She may only be 21 years old, but Mount Allison University student Julia Cameron has had a long journey with football.
It started when she was just 11 months old, when she watched games with her father, a former player at Mount Allison.
“Before I could even speak, he taught me the illegal procedure sign,” said Cameron. “The ref would say it and I would do the signal. I fell in love from there.”
Cameron played with the boys growing up in Truro, N.S. She was always the only girl on the team. In Grade 12, she played wide receiver for the Cobequid Educational Centre Cougars, the team her father coached for 30 years.
Julia-football-5 Julia Cameron is pictured on the field in her football gear when she played for a Truro, N.S., team. (Courtesy: Julia Cameron)
Cameron called it a great experience. She said she felt like part of the group.
“There’s no environment like football,” she said.
The commerce student records game and practice video for the Mounties and engages fans on the team’s social media platforms. She’s turned that experience into a Women in Football internship with the Saskatchewan Roughriders of the Canadian Football League where she’ll work in marketing, operations and analytics for their social media team.
Julia-football-11 Julia Cameron is pictured recording footage for the Mount Allison Mounties. (Courtesy: Julia Cameron)
Cameron will join the Riders on May 4 for four-weeks during training camp in a department with a lot of other women.
“I don’t think there’s a better club she could be going to,” said Mounties Head Coach Scott Brady. “Regina is absolutely football crazy. If there’s a hub for people in Canada who absolutely love football, that’s it.”
Brady said Cameron’s role was integral to the Mounties this season and praised her ability to quickly prepare practice film for coaches and players to analyze. While coaching with McMaster University five years ago he said the team started an internship program for women.
“You’re definitely seeing more and more women get involved at every level of the game,” he said. “Both in the CFL and at the U-Sports level. There’s just so many of them that have a passion for the game and they just haven’t been afforded the opportunities in the past.”
Cameron wrote letters to the National Football League when she was a child, trying to convince the commissioner to let women play.
Julia-football-7 One of Julia Cameron’s letters to the NFL from childhood is pictured. (Courtesy: Julia Cameron)
“I never really felt like an outsider but I think it was just watching the NFL and CFL and not seeing any women,” said Cameron.
As a young player, she thought it would be great to have a female role model playing professional football.
“Can you give us a shot? We can be physical too,” Cameron wrote in her letters. “I’m playing and I’d love to see somebody that I could look up to in that way.”
Julia-football-13 Julia Cameron is pictured on the field in her football gear with her teammates in an undated photo. (Courtesy: Julia Cameron)
According to a news release from Mount Allison University, both Saskatchewan and Hamilton reached out to Cameron about positions in marketing and coaching but she decided to join her favourite CFL team.
The Roughriders senior staff is made up of more than 50 per cent women, a rarity in professional football, the news release stated.
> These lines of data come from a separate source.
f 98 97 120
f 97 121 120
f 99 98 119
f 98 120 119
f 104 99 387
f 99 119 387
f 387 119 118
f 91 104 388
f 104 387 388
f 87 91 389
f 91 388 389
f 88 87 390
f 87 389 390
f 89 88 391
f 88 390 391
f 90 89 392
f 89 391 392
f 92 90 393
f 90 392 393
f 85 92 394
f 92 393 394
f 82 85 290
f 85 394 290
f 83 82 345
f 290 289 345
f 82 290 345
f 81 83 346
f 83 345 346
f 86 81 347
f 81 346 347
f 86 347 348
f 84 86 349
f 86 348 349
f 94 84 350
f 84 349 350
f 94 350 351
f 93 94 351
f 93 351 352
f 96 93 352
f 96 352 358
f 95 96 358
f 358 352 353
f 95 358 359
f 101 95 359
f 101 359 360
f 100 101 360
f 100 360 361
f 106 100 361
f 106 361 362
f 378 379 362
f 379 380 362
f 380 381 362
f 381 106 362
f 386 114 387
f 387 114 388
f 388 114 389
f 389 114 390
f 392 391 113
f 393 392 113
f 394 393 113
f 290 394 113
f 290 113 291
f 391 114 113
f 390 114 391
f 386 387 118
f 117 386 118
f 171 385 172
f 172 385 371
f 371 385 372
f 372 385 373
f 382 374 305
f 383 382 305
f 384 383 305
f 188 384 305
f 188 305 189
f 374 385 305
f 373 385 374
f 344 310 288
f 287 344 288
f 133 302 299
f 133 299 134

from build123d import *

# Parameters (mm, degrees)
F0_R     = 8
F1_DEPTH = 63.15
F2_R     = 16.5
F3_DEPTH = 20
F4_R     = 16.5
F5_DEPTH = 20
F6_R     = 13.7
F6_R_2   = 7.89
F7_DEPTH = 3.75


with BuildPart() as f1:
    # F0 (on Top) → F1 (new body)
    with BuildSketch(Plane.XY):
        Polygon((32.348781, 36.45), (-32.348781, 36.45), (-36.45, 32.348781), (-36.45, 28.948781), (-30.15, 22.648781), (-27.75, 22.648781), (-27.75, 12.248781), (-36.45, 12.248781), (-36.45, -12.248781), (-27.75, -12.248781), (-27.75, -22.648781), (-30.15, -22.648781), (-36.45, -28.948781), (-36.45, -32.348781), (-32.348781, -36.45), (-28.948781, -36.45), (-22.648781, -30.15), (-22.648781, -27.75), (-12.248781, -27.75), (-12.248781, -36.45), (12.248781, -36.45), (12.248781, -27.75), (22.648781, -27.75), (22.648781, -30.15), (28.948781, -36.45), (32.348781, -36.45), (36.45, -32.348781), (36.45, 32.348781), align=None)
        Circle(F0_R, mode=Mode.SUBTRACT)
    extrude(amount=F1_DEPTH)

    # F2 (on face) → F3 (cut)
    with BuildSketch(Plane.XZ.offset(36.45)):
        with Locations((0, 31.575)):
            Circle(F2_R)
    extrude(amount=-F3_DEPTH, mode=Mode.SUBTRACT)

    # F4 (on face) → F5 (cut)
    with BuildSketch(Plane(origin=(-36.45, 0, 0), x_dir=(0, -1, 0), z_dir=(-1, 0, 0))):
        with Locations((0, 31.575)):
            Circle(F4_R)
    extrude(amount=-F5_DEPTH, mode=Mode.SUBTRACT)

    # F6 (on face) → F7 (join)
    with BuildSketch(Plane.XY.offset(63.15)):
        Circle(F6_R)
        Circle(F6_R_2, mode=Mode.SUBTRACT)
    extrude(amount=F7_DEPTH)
Cameron’s advice to other women who want to be involved in the male-dominated world of football is to get your foot in the door.
“I think there’s a big barrier of just starting and you feel like you’re going to be judged or you won’t belong and I felt really accepted all along by everyone – coaches, teammates,” she said. “Don’t let the fear of starting stop you.”
Cameron will be back with the Mounties in the fall and hopes to turn her education and passion for football into a career.
Julia-football-2 Julia Cameron is pictured with Mount Allison Mounties head coach Scott Brady at alumni field in Sackville, N.B. (Derek Haggett, CTV Atlantic)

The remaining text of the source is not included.